Кладу мобильник в нагрудный карман. Говорят, вредно для сердца. Но я в это не верю.
Сворачиваю, пересекаю проезжую часть, кто-то сигналит. Оборачиваюсь. Урод, объехать велосипед ему трудно.
Я думаю об Алене. Настроение сразу портится. Если бы при внешности Алены у нее был характер Милки… Или, может быть, нет. В таком случае я вряд ли относился бы к ней так. Внешность — это одна из составляющих, верно?

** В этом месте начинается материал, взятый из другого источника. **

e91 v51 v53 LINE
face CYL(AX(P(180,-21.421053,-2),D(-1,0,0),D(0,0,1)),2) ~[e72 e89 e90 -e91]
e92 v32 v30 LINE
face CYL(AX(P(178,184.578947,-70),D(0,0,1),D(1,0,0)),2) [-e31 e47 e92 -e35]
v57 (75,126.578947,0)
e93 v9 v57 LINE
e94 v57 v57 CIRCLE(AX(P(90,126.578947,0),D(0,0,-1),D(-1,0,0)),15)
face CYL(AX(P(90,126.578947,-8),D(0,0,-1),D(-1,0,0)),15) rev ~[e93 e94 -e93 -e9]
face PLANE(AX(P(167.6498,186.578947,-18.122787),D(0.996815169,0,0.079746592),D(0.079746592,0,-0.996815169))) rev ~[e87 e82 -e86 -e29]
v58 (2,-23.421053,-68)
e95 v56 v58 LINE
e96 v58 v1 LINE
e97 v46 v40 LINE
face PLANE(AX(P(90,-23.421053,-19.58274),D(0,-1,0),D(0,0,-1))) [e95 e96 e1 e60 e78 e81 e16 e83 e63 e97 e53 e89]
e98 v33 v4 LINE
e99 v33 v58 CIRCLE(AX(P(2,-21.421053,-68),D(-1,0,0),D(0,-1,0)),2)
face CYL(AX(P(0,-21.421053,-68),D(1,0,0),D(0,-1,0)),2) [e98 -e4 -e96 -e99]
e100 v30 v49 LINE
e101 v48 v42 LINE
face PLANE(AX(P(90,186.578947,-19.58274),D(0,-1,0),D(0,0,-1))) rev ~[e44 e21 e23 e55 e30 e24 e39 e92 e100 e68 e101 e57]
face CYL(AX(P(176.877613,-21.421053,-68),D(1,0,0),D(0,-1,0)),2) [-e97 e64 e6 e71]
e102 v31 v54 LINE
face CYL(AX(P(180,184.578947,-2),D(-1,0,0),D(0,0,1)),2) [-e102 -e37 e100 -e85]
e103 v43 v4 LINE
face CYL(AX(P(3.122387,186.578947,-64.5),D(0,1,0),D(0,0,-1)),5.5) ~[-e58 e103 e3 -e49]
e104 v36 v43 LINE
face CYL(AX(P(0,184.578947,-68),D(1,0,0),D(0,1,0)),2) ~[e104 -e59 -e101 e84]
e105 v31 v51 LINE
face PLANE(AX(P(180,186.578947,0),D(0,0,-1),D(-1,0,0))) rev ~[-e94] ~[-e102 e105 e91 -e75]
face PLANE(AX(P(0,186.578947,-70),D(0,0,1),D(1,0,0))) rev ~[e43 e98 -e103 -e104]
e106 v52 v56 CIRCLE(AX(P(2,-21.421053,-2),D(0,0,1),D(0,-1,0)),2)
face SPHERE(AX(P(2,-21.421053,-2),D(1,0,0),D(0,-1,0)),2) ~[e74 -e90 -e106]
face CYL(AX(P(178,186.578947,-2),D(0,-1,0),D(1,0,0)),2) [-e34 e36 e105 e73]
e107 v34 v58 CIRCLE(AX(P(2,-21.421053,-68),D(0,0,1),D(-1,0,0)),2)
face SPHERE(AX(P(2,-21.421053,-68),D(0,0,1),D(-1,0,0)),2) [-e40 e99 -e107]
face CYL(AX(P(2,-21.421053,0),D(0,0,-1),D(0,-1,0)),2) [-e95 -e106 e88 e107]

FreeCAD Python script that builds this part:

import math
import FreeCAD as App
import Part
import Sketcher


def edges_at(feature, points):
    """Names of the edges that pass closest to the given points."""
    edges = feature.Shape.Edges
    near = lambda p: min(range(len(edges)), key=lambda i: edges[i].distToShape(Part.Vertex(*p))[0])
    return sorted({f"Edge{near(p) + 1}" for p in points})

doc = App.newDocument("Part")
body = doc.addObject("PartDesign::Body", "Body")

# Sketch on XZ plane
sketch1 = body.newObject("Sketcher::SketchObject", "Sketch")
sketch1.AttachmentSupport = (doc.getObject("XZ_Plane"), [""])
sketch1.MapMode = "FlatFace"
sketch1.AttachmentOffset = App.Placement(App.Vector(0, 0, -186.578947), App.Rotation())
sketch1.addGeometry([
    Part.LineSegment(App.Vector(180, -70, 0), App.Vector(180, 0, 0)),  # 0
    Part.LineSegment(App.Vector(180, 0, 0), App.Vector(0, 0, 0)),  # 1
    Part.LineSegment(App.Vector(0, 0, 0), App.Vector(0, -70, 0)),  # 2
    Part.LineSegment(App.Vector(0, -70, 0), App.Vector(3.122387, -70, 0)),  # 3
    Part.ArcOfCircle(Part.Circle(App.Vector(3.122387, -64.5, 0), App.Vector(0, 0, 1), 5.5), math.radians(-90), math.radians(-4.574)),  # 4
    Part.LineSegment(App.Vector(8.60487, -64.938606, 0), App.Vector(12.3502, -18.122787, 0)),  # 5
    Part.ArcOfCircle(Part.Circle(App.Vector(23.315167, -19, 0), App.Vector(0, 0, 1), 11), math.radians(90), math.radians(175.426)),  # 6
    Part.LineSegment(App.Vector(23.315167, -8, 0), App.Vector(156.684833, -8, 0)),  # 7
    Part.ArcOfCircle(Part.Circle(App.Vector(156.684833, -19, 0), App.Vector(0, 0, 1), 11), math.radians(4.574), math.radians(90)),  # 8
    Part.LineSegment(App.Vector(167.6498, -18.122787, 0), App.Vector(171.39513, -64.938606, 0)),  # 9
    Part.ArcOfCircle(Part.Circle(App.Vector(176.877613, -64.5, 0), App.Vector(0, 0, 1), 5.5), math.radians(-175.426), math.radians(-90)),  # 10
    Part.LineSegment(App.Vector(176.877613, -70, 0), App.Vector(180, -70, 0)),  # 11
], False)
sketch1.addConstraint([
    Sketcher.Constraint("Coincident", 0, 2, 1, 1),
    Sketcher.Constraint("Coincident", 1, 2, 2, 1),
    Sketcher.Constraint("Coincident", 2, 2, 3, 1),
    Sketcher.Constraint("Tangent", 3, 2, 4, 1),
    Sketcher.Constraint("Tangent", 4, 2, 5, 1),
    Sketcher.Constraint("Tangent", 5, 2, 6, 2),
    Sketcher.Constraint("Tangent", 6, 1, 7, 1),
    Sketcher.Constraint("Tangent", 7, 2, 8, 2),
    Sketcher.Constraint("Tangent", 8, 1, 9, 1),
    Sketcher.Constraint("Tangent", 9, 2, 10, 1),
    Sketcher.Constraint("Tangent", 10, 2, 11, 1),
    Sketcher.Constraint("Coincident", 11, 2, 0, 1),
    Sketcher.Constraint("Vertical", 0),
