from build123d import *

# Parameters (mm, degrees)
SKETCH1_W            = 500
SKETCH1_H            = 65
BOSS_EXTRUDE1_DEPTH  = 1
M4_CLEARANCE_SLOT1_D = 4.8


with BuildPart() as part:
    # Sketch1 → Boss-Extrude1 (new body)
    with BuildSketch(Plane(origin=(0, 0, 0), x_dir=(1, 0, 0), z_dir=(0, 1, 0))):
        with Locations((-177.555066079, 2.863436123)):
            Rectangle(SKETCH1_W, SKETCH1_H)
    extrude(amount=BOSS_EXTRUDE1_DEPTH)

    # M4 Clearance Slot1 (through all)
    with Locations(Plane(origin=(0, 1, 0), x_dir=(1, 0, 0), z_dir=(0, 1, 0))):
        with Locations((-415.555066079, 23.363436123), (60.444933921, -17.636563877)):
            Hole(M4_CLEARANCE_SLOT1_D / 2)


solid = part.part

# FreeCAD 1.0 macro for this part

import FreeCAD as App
import Part
import Sketcher

doc = App.newDocument("Part")
body = doc.addObject("PartDesign::Body", "Body")

sketch1 = body.newObject("Sketcher::SketchObject", "Sketch")
sketch1.AttachmentSupport = (doc.getObject("XZ_Plane"), [""])
sketch1.MapMode = "FlatFace"
sketch1.addGeometry([
    Part.LineSegment(App.Vector(-427.555066, -35.363436, 0), App.Vector(-427.555066, 29.636564, 0)),
    Part.LineSegment(App.Vector(-427.555066, 29.636564, 0), App.Vector(72.444934, 29.636564, 0)),
    Part.LineSegment(App.Vector(72.444934, 29.636564, 0), App.Vector(72.444934, -35.363436, 0)),
    Part.LineSegment(App.Vector(72.444934, -35.363436, 0), App.Vector(-427.555066, -35.363436, 0)),
], False)
sketch1.addConstraint([
    Sketcher.Constraint("Coincident", 0, 2, 1, 1),
    Sketcher.Constraint("Coincident", 1, 2, 2, 1),
    Sketcher.Constraint("Coincident", 2, 2, 3, 1),
    Sketcher.Constraint("Coincident", 3, 2, 0, 1),
    Sketcher.Constraint("Vertical", 0),
    Sketcher.Constraint("Horizontal", 1),
    Sketcher.Constraint("Vertical", 2),
    Sketcher.Constraint("Horizontal", 3),
    Sketcher.Constraint("DistanceX", 1, 1, 1, 2, 500.0),
    Sketcher.Constraint("DistanceY", 0, 1, 0, 2, 65.0),
    Sketcher.Constraint("DistanceX", 0, 2, -1, 1, 427.555066),
    Sketcher.Constraint("DistanceY", -1, 1, 0, 2, 29.636564),
])
pad1 = body.newObject("PartDesign::Pad", "Pad")
pad1.Profile = sketch1
pad1.Length = 1
pad1.Reversed = True

sketch2 = body.newObject("Sketcher::SketchObject", "Sketch001")
sketch2.AttachmentSupport = (doc.getObject("XZ_Plane"), [""])
sketch2.MapMode = "FlatFace"
sketch2.AttachmentOffset = App.Placement(App.Vector(0, 0, -1), App.Rotation())
sketch2.addGeometry([
    Part.Circle(App.Vector(-415.555066, -23.363436, 0), App.Vector(0, 0, 1), 2.4),
    Part.Circle(App.Vector(60.444934, 17.636564, 0), App.Vector(0, 0, 1), 2.4),
], False)
sketch2.addConstraint([
    Sketcher.Constraint("Equal", 0, 1),
    Sketcher.Constraint("Diameter", 0, 4.8),
    Sketcher.Constraint("DistanceX", 0, 3, 1, 3, 476.0),
    Sketcher.Constraint("DistanceY", 0, 3, 1, 3, 41.0),
    Sketcher.Constraint("DistanceX", 0, 3, -1, 1, 415.555066),
    Sketcher.Constraint("DistanceY", 0, 3, -1, 1, 23.363436),
])
doc.recompute()
hole = body.newObject("PartDesign::Hole", "Hole")
hole.Profile = sketch2
hole.ThreadType = "None"
hole.Diameter = 4.8
hole.DepthType = "ThroughAll"
hole.Reversed = True

doc.recompute()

Она меня откровенно отшила. Послала на хрен. Не знаю, даже не представлю, что делать в такой ситуации. Добиваться дальше? Можно сделать еще хуже. Бросить это? Сдаться? Не хочу.
По-моему, все потеряно только тогда, когда человека больше нет. Когда он умер. В любом другом случае всегда есть шанс. Даже если она выйдет замуж. Даже если уедет в какую-нибудь Зимбабве или Конго. Даже если будет меня ненавидеть.